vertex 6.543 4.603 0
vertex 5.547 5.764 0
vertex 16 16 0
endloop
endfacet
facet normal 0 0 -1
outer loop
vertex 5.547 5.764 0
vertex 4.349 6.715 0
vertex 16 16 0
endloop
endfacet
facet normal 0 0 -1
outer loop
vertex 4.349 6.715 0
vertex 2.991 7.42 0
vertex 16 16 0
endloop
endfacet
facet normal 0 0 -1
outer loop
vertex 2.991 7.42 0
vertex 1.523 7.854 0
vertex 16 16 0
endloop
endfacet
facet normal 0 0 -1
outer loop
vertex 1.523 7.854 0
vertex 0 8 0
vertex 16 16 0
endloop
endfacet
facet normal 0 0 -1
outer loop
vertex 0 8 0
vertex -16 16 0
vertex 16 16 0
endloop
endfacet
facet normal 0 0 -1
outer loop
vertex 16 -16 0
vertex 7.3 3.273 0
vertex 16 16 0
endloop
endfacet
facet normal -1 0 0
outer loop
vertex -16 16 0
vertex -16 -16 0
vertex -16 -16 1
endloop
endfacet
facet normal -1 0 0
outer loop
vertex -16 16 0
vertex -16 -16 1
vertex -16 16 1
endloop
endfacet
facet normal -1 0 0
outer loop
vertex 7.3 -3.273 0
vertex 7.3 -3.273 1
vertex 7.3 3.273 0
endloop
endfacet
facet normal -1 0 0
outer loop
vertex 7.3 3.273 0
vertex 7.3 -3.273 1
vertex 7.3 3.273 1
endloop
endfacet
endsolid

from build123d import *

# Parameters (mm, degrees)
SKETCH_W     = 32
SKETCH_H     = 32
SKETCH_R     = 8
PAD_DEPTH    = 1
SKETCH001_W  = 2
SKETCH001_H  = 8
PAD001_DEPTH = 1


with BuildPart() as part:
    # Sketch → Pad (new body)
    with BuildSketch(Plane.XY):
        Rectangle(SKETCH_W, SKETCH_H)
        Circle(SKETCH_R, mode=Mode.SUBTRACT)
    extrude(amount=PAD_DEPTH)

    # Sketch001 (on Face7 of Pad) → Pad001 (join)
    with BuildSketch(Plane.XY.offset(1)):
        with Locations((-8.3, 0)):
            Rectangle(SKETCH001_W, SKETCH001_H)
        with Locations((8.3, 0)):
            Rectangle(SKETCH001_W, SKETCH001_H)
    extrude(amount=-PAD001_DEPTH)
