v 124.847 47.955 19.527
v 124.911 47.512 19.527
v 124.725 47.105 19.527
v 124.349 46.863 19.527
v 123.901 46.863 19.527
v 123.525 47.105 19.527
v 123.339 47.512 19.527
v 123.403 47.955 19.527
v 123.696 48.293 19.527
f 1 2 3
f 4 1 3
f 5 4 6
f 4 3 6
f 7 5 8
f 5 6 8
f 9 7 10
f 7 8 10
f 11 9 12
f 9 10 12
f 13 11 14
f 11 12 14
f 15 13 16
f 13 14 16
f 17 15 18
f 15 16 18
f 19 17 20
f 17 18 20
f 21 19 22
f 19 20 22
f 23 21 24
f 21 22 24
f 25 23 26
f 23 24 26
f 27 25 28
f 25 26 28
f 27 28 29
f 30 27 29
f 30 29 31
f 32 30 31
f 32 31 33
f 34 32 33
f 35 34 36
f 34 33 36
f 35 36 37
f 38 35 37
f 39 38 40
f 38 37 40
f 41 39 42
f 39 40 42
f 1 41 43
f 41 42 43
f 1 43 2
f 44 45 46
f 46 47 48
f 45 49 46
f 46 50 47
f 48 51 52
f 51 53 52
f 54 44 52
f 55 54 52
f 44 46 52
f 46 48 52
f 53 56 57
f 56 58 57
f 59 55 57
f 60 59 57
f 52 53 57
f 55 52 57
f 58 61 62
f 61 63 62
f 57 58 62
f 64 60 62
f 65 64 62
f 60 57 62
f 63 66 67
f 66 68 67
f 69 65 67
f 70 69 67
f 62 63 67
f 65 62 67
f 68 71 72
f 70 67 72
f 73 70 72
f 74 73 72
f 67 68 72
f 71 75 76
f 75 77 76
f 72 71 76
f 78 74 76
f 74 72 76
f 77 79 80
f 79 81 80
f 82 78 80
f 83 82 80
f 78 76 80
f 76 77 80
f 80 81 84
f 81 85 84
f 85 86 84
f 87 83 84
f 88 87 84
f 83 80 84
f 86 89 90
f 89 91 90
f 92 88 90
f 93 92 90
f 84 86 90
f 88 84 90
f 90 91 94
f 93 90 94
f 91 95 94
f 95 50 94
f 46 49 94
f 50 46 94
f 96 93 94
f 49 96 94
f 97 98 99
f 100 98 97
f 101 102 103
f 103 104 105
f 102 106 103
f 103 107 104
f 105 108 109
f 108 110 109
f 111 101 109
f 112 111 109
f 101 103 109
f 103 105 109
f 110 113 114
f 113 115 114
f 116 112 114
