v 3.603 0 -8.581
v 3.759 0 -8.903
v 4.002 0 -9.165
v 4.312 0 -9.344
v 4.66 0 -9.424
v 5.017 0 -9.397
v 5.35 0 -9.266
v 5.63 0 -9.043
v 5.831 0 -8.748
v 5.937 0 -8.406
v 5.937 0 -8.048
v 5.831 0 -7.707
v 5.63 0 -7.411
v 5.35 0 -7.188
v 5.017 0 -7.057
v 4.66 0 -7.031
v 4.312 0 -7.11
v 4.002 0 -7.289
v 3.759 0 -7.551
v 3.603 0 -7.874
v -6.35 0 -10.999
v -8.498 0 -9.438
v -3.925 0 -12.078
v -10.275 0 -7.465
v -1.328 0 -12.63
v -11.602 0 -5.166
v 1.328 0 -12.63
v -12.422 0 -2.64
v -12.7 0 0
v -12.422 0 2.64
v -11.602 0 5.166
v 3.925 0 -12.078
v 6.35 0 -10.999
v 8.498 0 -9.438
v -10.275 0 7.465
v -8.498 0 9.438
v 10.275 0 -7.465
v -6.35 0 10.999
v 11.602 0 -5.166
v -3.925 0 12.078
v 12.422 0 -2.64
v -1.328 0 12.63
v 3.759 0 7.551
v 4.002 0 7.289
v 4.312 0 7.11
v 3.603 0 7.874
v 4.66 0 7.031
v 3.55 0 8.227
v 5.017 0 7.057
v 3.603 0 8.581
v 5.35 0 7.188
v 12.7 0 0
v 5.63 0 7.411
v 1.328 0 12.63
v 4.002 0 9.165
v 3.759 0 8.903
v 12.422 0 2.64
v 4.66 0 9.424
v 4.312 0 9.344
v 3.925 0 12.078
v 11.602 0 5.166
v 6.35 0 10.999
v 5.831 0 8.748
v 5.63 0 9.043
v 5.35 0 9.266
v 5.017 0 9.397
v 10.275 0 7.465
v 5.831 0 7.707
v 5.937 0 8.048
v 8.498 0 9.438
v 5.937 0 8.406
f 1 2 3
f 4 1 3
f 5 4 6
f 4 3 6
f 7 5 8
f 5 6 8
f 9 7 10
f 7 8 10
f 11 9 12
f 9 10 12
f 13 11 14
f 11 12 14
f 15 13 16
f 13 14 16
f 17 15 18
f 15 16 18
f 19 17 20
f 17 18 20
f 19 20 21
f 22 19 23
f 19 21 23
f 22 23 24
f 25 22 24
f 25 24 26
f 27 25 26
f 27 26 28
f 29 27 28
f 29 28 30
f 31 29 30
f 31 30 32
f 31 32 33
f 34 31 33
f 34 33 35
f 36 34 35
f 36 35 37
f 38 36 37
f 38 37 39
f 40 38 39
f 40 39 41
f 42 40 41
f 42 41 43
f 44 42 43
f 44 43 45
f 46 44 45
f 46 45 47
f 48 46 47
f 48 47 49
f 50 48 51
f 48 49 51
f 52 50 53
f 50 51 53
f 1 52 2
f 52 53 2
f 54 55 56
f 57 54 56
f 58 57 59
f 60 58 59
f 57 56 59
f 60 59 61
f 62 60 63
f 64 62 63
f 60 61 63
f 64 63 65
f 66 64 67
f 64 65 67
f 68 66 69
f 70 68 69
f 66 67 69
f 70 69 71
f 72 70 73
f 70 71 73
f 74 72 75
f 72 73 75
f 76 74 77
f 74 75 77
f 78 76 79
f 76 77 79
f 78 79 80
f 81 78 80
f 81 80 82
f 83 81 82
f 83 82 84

====

-- Directions for this task --
Quote the listing above, but only from the line that shows "f 100 98 97" through the line that shows "v -3.925 0 -12.078".

-- Answer to this exercise --
f 100 98 97
f 101 102 103
f 103 104 105
f 102 106 103
f 103 107 104
f 105 108 109
f 108 110 109
f 111 101 109
f 112 111 109
f 101 103 109
f 103 105 109
f 110 113 114
f 113 115 114
f 116 112 114
v 3.603 0 -8.581
v 3.759 0 -8.903
v 4.002 0 -9.165
v 4.312 0 -9.344
v 4.66 0 -9.424
v 5.017 0 -9.397
v 5.35 0 -9.266
v 5.63 0 -9.043
v 5.831 0 -8.748
v 5.937 0 -8.406
v 5.937 0 -8.048
v 5.831 0 -7.707
v 5.63 0 -7.411
v 5.35 0 -7.188
v 5.017 0 -7.057
v 4.66 0 -7.031
v 4.312 0 -7.11
v 4.002 0 -7.289
v 3.759 0 -7.551
v 3.603 0 -7.874
v -6.35 0 -10.999
v -8.498 0 -9.438
v -3.925 0 -12.078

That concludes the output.